This question came up in a practical situation at work...
Given a set S of size n, what is the minimum number of subsets of S of size k s.t. each pair of elements of S occurs in the same subset at least once?
This question came up in a practical situation at work...
Given a set S of size n, what is the minimum number of subsets of S of size k s.t. each pair of elements of S occurs in the same subset at least once?
If you want each $l$-tuple of elements to occur at least once then you can do this with $(1 + o(1))\binom{n}{l}/\binom{k}{l}$ sets, which is within $1 + o(1)$ of optimal by a simple counting argument. This is proven using something called the Rödl Nibble. Most likely when $l = 2$, which is the situation you're interested in, there is a direct construction. The problem is perhaps more naturally formulated in terms of graphs: you're looking for a covering of all the edges of the complete graph $K_n$ by copies of $K_k$.
In terms of explicit constructions, this paper seems relevant.
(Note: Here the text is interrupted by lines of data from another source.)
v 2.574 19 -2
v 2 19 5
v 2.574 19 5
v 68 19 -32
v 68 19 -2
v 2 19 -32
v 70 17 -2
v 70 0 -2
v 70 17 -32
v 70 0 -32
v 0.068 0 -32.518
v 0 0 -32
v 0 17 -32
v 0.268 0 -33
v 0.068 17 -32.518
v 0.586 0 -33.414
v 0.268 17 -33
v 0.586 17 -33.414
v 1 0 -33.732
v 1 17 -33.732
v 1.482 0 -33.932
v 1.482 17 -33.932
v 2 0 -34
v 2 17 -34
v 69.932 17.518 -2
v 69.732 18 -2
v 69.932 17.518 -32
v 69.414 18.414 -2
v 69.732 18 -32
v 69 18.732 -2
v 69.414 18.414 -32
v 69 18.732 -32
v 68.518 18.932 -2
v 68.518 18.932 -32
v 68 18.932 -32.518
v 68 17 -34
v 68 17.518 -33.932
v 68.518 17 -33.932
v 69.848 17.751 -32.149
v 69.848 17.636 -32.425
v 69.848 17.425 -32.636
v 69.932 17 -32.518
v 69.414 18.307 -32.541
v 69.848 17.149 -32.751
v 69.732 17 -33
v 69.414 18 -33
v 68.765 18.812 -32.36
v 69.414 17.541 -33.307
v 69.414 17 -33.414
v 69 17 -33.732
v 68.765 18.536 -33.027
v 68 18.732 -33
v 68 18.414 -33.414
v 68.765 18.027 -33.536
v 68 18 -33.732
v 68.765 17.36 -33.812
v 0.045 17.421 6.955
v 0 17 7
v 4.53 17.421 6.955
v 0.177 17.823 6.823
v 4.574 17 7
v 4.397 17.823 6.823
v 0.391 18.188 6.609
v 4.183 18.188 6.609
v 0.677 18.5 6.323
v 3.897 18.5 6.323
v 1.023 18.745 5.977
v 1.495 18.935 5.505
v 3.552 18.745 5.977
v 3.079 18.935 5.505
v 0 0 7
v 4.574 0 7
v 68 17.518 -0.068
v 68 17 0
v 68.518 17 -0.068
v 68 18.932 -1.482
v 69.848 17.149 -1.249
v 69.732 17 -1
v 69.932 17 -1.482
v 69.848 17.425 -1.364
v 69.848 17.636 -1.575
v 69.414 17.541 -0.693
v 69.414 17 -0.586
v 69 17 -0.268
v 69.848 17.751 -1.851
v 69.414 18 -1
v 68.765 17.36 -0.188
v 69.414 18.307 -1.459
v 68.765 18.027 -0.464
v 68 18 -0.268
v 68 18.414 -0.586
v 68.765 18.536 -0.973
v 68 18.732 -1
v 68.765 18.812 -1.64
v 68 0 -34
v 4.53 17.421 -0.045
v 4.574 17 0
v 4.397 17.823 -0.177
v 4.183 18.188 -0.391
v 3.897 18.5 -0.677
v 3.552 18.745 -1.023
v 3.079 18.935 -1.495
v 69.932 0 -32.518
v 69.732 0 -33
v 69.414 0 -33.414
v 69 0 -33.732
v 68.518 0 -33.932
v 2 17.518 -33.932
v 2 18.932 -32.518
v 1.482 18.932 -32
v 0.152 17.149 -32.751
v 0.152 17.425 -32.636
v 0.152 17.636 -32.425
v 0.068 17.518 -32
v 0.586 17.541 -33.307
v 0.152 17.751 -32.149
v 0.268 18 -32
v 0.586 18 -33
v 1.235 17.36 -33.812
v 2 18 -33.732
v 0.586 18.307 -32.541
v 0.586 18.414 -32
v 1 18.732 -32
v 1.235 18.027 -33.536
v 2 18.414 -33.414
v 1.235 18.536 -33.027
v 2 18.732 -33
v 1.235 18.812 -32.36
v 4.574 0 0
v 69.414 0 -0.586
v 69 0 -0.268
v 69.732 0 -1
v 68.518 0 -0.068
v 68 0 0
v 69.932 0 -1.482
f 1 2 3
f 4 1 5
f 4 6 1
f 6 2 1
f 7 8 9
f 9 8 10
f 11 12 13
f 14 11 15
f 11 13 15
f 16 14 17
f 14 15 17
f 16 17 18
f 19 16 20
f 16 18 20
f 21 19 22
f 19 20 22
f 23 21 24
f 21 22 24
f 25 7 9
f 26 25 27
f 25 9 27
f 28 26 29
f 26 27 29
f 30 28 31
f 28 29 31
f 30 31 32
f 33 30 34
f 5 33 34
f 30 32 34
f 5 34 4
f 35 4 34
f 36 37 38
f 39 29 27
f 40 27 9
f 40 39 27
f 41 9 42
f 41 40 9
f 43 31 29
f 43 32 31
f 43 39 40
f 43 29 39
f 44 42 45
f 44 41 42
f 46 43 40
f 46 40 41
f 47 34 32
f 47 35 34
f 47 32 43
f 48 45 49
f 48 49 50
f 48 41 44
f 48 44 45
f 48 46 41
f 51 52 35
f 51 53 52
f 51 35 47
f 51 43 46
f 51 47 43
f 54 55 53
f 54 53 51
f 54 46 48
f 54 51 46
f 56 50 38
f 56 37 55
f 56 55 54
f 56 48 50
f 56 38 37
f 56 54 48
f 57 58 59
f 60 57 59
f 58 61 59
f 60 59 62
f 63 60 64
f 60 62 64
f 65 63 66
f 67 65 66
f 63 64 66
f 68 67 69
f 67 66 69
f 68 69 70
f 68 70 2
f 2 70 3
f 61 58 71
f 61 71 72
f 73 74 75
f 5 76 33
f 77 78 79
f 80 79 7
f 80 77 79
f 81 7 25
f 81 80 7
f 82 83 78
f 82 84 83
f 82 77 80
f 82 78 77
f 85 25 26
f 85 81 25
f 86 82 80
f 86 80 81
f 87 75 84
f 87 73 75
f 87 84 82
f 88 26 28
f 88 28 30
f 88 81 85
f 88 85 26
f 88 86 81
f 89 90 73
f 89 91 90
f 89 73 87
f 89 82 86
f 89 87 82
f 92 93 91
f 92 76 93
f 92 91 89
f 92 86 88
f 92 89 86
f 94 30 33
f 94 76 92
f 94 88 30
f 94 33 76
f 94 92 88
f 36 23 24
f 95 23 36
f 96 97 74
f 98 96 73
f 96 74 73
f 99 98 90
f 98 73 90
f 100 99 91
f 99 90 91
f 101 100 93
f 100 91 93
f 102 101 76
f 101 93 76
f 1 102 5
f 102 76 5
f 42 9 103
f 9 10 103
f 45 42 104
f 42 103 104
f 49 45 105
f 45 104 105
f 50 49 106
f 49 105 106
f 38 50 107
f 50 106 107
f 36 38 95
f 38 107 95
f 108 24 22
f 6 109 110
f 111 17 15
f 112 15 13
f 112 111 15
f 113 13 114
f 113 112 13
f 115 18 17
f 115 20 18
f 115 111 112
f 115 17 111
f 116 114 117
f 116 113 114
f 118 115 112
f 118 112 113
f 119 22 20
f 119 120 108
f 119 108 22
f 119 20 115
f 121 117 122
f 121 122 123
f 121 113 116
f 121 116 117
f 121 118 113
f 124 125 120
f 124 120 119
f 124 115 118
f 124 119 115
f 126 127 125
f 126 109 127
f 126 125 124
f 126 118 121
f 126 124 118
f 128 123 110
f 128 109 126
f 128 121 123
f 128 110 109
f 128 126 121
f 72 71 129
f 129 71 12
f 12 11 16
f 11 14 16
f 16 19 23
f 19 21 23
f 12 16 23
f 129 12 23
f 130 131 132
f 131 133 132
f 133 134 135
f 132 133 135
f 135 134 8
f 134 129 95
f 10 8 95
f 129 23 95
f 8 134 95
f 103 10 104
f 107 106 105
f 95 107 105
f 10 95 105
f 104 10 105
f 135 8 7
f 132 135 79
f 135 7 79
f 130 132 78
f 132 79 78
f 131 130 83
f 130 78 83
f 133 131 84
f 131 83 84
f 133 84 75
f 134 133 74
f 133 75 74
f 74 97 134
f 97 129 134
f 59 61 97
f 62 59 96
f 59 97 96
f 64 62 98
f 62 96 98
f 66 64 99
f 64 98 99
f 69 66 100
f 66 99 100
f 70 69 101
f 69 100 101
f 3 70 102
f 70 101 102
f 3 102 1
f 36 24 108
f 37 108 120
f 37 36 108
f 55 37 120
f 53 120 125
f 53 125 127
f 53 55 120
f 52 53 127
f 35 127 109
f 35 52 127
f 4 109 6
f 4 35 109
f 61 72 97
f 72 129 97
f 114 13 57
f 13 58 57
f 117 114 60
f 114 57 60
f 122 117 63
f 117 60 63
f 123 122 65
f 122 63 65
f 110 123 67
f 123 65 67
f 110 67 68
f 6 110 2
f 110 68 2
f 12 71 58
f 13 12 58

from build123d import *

# Parameters (mm, degrees)
SKETCH1_W           = 70
SKETCH1_H           = 34
BOSS_EXTRUDE1_DEPTH = 19
SKETCH2_W           = 4.574362022
SKETCH2_H           = 19
BOSS_EXTRUDE2_DEPTH = 7
FILLET2_R           = 2
FILLET3_R           = 2


with BuildPart() as part:
    # Sketch1 → Boss-Extrude1 (new body)
    with BuildSketch(Plane(origin=(0, 0, 0), x_dir=(1, 0, 0), z_dir=(0, 1, 0))):
        with Locations((35, 17)):
            Rectangle(SKETCH1_W, SKETCH1_H)
    extrude(amount=BOSS_EXTRUDE1_DEPTH)

    # Sketch2 → Boss-Extrude2 (add)
    with BuildSketch(Plane.XY):
        with Locations((2.287181011, 9.5)):
            Rectangle(SKETCH2_W, SKETCH2_H)
    extrude(amount=BOSS_EXTRUDE2_DEPTH)

    # Fillet2
    fillet2_edges = [part.edges().sort_by_distance(p)[0] for p in [
        (35, 19, -34),
        (37.287181011, 19, 0),
    ]]
    fillet(fillet2_edges, radius=FILLET2_R)

    # Fillet3
    fillet3_edges = [part.edges().sort_by_distance(p)[0] for p in [
        (0, 8.5, -34),
        (0, 18.414213562, -33.414213562),
        (70, 8.5, 0),
        (70, 18.414213562, -0.585786438),
        (70, 18.414213562, -33.414213562),
        (4.574362022, 19, 2.5),
        (2.287181011, 19, 7),
        (0, 19, -12.5),
        (70, 19, -17),
        (70, 8.5, -34),
    ]]
    fillet(fillet3_edges, radius=FILLET3_R)


solid = part.part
I'm led to understand that one of the authors takes a passing interest in Math Overflow; perhaps he will comment further.
In the spirit of current discussions on open access, a free version of the above is at https://arxiv.org/abs/math/9502238
The more general problem, as Ben Green says, is to cover every $t$-tuple by subsets of size $k$ in a set of size $v$. (These are more standard variables.) This is called a covering design. (It's not the same as a $(v,k,t)-\lambda$-design, because in those each tuple is covered the same number of times, rather than at least once.) Although there is no theorem to this effect, finding covering designs looks like an open-ended problem that will never be completely solved, even though there are many good ideas and it can be solved in some cases. In this respect it is like the problem of finding sphere packings, error-correcting codes, graphs with various properties, etc. Non-rigorously the La Jolla covering repository shows you that it looks that way, because many of the competitive covering designs, even for $t=2$, were found by methods such as simulated annealing and even "private tools".
As Ben also mentions, if $k$ and $t$ are fixed, then Rodl showed that the covering density converges to 1 as $v \to \infty$. In this limit covering designs are equivalent to packing designs up to an $o(1)$ fraction of slop. Rodl's technique is the "Rodl nibble", in which small clusters of blocks are added incrementally. However, it was discovered (see Asymptotically optimal covering designs, J. Combin. Theory Ser. A 75 (1996), no. 2, 270–280) that you might as well let a Rodl nibble be just a single block. This simplifies Rodl's construction to the random greedy algorithm. There is also a non-rigorous model that correctly predicts the rate at which the random greedy algorithm converges to density 1. There has been a lot of interesting work to close the gap between rigorous bounds on the random greedy algorithm, and the non-rigorous model of the algorithm.
If $k$ grows along with $v$, then there is no known asymptotic $1+o(1)$ bound even for $t=2$. (Unless $k$ grows so slowly that the arguments for $k$ fixed still work.) The volume lower bound, just the fact that the covering density is at least 1, can be improved to the Schonheim bound. (If $k$ is fixed then the Schonheim bound is the same as the volume bound up to $1+o(1)$.) It's easy to believe that the Schonheim bound is close to the truth for a wide range of parameters, but no such thing is proven except for the smallest values of $k$. For instance, when $k=3$, the Schonheim bound is always sharp.